What to work on: Repeat precisely the span of lines below that opens with the line containing "f 41 396 394" and closes with the line containing "f 461 463 477", both included.

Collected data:
====================

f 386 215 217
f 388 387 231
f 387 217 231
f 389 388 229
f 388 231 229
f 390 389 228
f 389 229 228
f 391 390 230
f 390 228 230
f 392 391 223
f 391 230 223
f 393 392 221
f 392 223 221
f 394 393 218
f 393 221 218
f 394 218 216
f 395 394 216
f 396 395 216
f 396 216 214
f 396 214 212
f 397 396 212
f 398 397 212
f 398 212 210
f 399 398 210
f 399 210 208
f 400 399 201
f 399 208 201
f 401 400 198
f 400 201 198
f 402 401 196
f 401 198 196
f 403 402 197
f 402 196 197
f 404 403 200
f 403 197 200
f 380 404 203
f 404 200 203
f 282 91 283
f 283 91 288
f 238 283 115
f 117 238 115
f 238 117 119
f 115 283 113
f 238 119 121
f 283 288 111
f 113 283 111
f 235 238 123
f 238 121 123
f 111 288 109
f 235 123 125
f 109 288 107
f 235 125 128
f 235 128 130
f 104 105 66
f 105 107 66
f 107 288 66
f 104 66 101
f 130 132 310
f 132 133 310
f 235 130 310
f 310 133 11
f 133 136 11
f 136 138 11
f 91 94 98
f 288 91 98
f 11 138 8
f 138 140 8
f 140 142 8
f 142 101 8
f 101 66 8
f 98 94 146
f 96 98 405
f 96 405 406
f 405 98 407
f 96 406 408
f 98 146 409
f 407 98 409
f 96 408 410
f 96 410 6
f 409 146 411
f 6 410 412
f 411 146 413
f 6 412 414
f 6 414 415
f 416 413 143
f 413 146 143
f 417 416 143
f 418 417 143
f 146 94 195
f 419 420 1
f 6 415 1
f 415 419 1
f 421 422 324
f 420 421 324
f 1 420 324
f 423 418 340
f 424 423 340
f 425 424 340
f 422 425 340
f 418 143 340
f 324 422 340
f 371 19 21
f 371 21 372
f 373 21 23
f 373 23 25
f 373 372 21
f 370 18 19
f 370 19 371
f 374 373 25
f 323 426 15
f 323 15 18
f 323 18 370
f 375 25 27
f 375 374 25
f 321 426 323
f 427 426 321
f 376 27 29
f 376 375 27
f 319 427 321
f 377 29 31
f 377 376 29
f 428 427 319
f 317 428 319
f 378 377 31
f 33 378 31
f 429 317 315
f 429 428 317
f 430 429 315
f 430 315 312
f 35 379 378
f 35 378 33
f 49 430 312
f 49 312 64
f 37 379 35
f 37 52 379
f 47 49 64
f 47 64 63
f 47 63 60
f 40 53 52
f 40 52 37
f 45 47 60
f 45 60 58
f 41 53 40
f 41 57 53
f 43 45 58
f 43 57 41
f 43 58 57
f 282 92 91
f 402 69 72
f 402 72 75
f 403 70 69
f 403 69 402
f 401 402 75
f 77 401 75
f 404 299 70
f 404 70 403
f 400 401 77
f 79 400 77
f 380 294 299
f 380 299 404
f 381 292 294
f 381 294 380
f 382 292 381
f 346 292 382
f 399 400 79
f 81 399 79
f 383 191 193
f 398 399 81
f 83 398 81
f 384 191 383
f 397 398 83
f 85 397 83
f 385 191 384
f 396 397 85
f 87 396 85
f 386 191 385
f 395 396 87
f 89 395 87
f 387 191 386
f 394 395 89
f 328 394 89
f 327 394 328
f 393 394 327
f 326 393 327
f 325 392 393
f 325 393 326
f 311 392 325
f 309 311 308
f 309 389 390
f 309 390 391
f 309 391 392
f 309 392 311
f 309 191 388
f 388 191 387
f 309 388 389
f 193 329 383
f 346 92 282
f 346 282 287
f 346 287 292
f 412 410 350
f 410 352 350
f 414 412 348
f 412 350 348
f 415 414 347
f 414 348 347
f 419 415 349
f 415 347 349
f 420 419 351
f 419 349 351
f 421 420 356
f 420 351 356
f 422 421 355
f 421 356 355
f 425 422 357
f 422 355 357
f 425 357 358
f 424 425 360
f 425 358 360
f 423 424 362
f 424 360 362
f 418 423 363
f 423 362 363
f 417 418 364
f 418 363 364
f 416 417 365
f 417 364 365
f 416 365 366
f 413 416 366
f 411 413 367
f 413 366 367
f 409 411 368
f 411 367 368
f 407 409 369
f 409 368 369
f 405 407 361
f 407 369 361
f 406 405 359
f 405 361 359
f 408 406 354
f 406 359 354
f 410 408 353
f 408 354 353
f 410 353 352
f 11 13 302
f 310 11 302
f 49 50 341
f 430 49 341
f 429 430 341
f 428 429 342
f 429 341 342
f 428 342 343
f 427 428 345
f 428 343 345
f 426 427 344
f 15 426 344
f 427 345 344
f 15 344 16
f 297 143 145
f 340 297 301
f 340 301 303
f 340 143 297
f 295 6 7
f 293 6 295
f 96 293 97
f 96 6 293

====================

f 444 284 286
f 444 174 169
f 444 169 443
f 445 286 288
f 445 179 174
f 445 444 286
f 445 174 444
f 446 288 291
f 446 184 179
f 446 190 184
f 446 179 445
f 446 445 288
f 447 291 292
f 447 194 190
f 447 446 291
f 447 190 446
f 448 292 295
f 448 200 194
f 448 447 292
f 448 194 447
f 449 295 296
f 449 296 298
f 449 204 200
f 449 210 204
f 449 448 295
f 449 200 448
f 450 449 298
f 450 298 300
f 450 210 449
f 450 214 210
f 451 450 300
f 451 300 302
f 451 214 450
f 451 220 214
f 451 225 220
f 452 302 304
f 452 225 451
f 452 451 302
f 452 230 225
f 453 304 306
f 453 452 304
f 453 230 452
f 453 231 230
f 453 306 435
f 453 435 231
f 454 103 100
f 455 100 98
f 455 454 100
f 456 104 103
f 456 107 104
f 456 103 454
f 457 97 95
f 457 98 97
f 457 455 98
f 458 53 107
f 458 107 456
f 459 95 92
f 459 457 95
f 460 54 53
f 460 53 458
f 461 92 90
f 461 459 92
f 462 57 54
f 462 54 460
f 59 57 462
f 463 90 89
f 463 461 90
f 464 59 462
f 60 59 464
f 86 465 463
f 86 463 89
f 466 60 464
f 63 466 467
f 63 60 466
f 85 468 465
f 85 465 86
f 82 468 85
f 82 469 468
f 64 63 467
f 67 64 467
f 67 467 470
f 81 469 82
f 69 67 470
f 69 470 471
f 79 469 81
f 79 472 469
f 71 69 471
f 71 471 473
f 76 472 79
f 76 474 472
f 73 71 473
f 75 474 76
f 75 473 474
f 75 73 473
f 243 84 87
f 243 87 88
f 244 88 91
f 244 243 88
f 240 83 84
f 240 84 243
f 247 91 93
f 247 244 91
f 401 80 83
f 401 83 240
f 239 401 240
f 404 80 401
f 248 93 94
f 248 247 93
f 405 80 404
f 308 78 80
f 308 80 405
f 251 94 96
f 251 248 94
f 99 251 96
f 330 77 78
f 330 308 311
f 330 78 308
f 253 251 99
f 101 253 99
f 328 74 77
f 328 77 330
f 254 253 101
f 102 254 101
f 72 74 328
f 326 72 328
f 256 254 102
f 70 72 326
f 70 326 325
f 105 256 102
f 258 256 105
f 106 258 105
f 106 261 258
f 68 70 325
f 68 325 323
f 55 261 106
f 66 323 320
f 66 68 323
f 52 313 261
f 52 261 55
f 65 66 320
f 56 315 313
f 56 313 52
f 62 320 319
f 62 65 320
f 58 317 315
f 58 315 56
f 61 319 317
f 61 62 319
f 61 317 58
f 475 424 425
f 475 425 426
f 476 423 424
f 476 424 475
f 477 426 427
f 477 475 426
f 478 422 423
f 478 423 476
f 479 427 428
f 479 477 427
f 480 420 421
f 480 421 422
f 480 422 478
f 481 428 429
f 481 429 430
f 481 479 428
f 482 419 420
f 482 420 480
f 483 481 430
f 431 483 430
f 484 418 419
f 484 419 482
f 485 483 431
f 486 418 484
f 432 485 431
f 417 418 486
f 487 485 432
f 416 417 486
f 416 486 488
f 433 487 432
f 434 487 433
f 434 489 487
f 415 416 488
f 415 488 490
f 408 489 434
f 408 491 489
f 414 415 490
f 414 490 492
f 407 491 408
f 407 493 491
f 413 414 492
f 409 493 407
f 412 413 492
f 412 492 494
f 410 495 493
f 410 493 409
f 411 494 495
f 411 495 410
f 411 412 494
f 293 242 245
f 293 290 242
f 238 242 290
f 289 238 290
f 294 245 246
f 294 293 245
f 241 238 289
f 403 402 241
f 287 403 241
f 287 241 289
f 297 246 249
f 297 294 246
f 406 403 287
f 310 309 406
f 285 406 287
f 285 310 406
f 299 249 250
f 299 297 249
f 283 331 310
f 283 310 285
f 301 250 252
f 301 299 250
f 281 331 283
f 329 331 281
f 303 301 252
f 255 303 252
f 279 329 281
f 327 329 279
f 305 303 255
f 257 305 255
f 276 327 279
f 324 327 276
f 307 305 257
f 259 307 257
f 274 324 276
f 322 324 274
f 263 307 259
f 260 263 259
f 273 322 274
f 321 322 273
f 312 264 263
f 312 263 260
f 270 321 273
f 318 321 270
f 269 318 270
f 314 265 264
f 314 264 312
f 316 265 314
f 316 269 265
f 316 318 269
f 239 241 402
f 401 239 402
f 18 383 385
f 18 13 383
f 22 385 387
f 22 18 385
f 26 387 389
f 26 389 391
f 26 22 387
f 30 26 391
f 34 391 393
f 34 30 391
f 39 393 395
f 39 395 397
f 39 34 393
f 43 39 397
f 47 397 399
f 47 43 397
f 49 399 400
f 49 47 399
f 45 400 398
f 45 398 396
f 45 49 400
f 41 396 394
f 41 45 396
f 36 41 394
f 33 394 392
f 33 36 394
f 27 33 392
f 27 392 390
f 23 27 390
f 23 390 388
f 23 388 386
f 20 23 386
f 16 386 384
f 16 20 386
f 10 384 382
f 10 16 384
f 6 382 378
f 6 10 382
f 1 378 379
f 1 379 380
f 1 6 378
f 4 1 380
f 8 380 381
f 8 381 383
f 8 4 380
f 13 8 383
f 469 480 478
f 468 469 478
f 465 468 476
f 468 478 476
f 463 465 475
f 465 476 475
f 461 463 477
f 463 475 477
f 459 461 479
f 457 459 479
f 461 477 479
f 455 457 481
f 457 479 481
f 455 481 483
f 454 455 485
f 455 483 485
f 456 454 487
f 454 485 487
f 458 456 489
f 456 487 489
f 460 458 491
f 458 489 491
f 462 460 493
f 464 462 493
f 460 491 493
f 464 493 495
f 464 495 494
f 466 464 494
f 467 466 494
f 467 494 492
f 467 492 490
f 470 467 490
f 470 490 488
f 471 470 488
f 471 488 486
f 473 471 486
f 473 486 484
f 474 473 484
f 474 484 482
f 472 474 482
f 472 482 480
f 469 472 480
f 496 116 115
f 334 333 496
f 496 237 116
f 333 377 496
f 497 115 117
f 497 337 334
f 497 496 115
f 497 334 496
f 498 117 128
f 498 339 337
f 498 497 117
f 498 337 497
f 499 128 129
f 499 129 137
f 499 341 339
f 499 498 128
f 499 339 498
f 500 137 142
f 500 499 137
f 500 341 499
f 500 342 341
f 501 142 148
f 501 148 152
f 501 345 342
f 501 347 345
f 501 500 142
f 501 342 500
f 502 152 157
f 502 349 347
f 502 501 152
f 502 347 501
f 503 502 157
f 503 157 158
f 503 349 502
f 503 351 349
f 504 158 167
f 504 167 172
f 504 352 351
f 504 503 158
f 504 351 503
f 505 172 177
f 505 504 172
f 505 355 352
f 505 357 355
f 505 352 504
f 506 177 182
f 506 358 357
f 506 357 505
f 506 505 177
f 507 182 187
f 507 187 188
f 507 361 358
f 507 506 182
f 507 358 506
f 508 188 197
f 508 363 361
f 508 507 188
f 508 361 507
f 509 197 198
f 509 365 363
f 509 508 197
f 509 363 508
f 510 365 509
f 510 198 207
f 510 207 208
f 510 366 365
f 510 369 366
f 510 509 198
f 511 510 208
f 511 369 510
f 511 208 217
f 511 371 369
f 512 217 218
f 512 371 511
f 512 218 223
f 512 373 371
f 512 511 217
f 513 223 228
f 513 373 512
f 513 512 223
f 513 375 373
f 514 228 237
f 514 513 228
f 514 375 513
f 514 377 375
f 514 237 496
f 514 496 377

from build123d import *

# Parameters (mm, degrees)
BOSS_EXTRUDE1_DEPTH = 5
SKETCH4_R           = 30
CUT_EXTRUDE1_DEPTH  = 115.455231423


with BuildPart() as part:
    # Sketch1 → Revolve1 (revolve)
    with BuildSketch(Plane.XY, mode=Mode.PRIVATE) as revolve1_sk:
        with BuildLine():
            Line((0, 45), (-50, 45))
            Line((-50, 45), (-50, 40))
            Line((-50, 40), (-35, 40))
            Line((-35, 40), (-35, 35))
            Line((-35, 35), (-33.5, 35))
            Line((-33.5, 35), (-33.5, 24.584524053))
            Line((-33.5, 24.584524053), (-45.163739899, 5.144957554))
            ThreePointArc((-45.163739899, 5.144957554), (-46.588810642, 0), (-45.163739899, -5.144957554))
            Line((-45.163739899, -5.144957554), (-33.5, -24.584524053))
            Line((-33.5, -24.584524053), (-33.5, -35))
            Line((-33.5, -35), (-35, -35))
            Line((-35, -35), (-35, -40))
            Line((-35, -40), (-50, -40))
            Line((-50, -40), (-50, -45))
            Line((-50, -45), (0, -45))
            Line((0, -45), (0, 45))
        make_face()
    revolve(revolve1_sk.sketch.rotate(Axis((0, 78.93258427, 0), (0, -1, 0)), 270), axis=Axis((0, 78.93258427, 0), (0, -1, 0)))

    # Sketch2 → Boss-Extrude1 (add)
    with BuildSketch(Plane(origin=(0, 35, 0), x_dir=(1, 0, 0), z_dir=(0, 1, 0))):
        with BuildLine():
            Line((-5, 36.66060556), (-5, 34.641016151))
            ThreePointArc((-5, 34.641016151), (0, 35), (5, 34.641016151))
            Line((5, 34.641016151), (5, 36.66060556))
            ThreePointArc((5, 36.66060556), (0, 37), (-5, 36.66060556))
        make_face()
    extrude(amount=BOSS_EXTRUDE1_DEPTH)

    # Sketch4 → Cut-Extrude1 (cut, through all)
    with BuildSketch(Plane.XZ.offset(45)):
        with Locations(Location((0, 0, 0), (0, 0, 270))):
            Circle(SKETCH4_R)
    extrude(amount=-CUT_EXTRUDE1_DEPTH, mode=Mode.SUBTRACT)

====================

Output below:
f 41 396 394
f 41 45 396
f 36 41 394
f 33 394 392
f 33 36 394
f 27 33 392
f 27 392 390
f 23 27 390
f 23 390 388
f 23 388 386
f 20 23 386
f 16 386 384
f 16 20 386
f 10 384 382
f 10 16 384
f 6 382 378
f 6 10 382
f 1 378 379
f 1 379 380
f 1 6 378
f 4 1 380
f 8 380 381
f 8 381 383
f 8 4 380
f 13 8 383
f 469 480 478
f 468 469 478
f 465 468 476
f 468 478 476
f 463 465 475
f 465 476 475
f 461 463 477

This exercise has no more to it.